Old Printer Vulnerabilities Die Hard
New research on an old problem reveals despite efforts, the InfoSec professionals still have a way to go when it comes to securing printers.
Despite copious warnings and efforts by the security community to harden the defenses of printers, they continue to represent a ripe target for attackers.
Just this past summer researchers at Check Point found a vulnerability that allowed an attacker to compromise a multi-function printer with fax capabilities simply by sending a fax. In July, Positive Technology shared a proof-of-concept attack that shows how attackers can compromise a corporate network via installing a customized Xerox printer firmware on a targeted printer. In August, HP Inc. patched hundreds of inkjet models vulnerable to two vulnerable remote code execution flaws (CVE-2018-5924, CVE-2018-5925).
Printers, security researchers say, are the Achilles Heel for network management. They sit on the network like a PC and need regular updating like any other network endpoint – but often don’t.
In an HP-sponsored study by the Ponemon Institute (PDF), of 2,000 IT security practitioners surveyed, it found 56 percent of respondents believe employees in their organizations do not see printers as an area of high security risk. Worse, only 44 percent of respondents say their organizations’ security policy includes the security of network-connected printers.
“Too often nobody cares enough about printers. They are considered a trusted and reliable piece of equipment that print out documents. But at the end of the day, it’s an endpoint – just like a PC. They are Wi-Fi enabled with an IP address and a network interface card,” said Paolo Emiliani, industry and SCADA research analyst at Positive Technologies.
In many ways, he said, the printer is the original IoT device; and with it have come similar security issues.
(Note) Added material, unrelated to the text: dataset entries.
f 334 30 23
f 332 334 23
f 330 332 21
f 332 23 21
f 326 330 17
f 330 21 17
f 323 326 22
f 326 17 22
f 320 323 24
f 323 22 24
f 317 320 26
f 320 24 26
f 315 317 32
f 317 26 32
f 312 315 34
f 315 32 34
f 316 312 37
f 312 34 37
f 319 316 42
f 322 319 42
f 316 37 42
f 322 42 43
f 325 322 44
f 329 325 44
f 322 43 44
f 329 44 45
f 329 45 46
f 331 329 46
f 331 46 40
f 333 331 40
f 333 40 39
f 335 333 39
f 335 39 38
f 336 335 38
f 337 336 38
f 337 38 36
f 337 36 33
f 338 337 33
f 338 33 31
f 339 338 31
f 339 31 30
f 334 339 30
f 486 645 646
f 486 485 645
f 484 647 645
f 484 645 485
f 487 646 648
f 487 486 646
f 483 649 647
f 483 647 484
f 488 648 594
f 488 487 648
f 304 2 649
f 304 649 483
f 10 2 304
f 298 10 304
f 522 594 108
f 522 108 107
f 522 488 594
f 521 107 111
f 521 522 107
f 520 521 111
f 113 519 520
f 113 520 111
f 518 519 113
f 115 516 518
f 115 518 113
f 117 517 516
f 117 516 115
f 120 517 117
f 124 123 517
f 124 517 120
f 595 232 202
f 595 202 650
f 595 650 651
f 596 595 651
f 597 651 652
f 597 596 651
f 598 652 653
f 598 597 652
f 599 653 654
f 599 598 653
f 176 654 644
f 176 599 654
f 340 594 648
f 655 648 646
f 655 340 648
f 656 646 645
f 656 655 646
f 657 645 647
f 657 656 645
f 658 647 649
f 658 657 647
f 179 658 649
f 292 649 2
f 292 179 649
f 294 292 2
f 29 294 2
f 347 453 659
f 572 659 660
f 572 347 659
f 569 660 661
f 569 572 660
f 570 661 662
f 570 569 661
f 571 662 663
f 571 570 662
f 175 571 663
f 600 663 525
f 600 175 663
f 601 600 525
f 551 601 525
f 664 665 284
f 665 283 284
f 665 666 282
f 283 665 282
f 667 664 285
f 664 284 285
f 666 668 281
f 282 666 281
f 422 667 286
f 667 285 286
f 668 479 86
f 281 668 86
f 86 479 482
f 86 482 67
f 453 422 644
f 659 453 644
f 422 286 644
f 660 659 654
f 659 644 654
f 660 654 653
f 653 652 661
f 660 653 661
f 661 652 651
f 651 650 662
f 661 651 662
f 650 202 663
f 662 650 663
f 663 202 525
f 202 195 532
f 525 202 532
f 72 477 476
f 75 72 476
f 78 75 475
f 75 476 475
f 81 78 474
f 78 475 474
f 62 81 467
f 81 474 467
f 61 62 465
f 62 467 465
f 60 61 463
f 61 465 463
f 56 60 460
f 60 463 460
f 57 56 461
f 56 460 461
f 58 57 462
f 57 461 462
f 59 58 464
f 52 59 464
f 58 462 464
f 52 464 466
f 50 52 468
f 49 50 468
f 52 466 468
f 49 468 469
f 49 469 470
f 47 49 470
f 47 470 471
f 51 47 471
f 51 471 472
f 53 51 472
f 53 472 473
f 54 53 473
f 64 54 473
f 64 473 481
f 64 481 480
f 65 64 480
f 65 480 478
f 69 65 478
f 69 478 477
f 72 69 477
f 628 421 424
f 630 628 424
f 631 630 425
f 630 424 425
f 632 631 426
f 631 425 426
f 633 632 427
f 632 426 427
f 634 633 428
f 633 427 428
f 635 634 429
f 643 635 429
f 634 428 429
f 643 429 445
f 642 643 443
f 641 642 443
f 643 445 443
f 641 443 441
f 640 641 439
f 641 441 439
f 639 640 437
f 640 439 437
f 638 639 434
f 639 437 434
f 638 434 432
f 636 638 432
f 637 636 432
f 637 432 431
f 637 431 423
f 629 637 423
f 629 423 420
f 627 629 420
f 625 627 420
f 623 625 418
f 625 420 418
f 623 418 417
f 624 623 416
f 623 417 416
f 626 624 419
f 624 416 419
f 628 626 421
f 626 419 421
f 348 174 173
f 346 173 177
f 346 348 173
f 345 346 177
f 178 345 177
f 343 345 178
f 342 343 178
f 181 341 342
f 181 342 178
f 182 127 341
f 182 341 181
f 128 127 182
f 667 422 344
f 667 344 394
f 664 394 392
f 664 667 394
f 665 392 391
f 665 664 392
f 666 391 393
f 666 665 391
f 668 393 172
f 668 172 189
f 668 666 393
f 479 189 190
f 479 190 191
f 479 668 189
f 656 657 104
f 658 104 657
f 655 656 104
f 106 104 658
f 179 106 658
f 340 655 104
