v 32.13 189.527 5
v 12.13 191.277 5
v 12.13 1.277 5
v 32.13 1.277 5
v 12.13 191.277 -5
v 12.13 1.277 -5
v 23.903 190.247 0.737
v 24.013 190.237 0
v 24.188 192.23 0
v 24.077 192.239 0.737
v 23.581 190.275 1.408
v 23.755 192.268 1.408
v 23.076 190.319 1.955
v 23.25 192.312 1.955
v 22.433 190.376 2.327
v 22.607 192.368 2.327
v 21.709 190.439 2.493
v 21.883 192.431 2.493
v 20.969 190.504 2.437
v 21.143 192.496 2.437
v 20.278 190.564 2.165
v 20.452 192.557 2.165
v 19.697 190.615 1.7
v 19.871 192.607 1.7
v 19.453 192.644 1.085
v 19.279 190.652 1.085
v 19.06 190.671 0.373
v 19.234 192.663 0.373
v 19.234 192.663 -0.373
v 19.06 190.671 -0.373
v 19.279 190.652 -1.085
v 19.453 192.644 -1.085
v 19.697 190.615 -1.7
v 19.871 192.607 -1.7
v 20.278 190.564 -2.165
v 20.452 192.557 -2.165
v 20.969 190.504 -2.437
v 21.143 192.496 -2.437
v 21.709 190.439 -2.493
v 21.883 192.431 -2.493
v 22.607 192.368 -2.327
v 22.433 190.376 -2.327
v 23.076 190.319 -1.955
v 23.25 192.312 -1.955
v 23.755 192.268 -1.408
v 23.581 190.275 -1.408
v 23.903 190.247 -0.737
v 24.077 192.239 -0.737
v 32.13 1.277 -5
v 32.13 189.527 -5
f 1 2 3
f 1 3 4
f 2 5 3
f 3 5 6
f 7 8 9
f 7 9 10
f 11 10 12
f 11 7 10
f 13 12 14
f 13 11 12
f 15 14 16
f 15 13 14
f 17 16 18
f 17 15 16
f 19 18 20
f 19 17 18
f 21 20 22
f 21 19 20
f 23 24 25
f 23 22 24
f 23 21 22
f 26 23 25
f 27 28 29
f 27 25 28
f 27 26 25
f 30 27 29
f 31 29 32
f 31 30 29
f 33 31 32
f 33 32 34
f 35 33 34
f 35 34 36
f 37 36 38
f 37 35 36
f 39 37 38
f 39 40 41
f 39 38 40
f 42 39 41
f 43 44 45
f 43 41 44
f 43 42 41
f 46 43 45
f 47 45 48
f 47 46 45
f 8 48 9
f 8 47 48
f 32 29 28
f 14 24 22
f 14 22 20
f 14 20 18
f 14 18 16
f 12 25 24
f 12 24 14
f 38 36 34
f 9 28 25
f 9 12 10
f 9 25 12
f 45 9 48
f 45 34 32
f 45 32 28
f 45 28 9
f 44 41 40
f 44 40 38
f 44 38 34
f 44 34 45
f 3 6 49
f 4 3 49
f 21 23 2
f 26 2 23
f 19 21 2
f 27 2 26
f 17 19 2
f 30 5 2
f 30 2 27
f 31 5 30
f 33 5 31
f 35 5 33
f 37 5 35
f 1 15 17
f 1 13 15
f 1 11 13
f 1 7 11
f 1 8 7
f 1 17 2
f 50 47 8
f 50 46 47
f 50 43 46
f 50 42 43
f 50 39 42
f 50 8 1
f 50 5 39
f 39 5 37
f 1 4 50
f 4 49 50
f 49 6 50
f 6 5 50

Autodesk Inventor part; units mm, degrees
ref_plane "YZ Plane" through (0, 0, 0) normal (1, 0, 0) x (0, 1, 0)
ref_plane "XZ Plane" through (0, 0, 0) normal (0, 1, 0) x (-1, 0, 0)
ref_plane "XY Plane" through (0, 0, 0) normal (0, 0, 1) x (1, 0, 0)
sketch "Sketch1" plane through (0, 0, 0) normal (0, 0, 1) x (1, 0, 0)
  line L0 (12.1296, 191.2771) -> (12.1296, 1.2771)
  line L1 (12.1296, 1.2771) -> (32.1296, 1.2771)
  line L2 (12.1296, 191.2771) -> (32.1296, 189.5273)
  line L3 (12.1296, 191.2771) -> (39.6219, 191.2771) construction
  line L4 (32.1296, 1.2771) -> (32.1296, 189.5273)
  point P0 (0, 0)
  dimension "d0" = 190
  dimension "d1" = 20
  dimension "d2" = 5
extrude "Extrusion1" add sketch "Sketch1" along normal mid plane 10
sketch "Sketch2" plane through (12.1296, 191.2771, 5) normal (0.0871557, 0.9961947, 0) x (0.9961947, -0.0871557, 0)
  circle A0 centre (9.4291, 5) radius 2.5
  point P0 (4.5875, 5)
  dimension "d7" = 5
extrude "Extrusion2" add sketch "Sketch2" along normal blind 2
properties part number "stand2"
The challenge is two-fold, he explained. Too often aging corporate printers aren’t receiving security patches needed. In addition newer cloud-friendly printers, such as those with remote management functions, are growing the attack surface of the latest generation of printers.
“In 2005 we began seeing printers becoming truly network attached devices and not just direct attached or USB attached device connected to a PC or server,” said Eric McCann, software product marketing manager at Lexmark International. “Almost overnight, printers became multifunction and had access to everything on the network.”
Matt Field, software development manager at Lexmark, said the introduction of a multifunction printer opened the door and grew demand for things such as document digitization. That prompted workers to send jobs to a shared server or to email digital copies.
Today, that network-aware printer is now internet-aware and creating new opportunities for cloud services and for advanced features such as remote management by third-party service providers.
“This has brought an entirely new set of security risks to the equation,” said Field. “Printers went from direct attached, network attached and now entire fleets of printers can be managed via the cloud through a single portal.”
Lexmark, like other printer manufacturers, said it has used devices encrypted communications and firmware for over a decade. Each of the big printer makers – HP Inc, Epson and Canon – market a security stance enforcing that printers need to adhere to strict business’ IT policies.
“If you require your PC’s to authenticate into Active Directory, then you need to do the same thing for your printer. Companies need to extend those policies down, up or sideways within a company,” Field said.
Printer security risks range from device misconfiguration, print job manipulation, unauthorized access to print data and man-in-the-middle attacks in the cloud. Then there are a myriad of vulnerabilities that crop up, where a hacker could compromise a printer and use it as a beachhead into an otherwise secure network environment. Mitigation against risks falls on the backs of IT administrators, but also vendors who identify bugs and patch them.
Leading printer firms such as Epson and Canon both hammer the security message to customers emphasizing proper configuration and management of equipment. Lexmark says it has adopted a responsible disclosure policy for each bug customers find and bring to its attention. HP Inc. partnered with Bugcrowd to create a bug bounty program. In July, it launched the first ever printer-dedicated bug bounty program with awards up to $10,000.
But, despite best efforts, finding bugs and patching them remains a challenge – despite a decade of trying to perfect the practice. “Patching continues to be a problem. Firmware updates aren’t easy. That’s something we are looking to improve upon in the future with,” Field said. He said the company was exploring ways to make the process more automated.
Preventing insecure printers comes down to the “obvious” solution that has proven elusive to so many, say experts. They suggest enforcing data encryption rules and replacing outdated printers with newer more secure models. IT administrators need to implement a regular patch enforcement with printers as they would any user server or PC. Lastly, take advantage of any built-in management to properly secure it for remote access.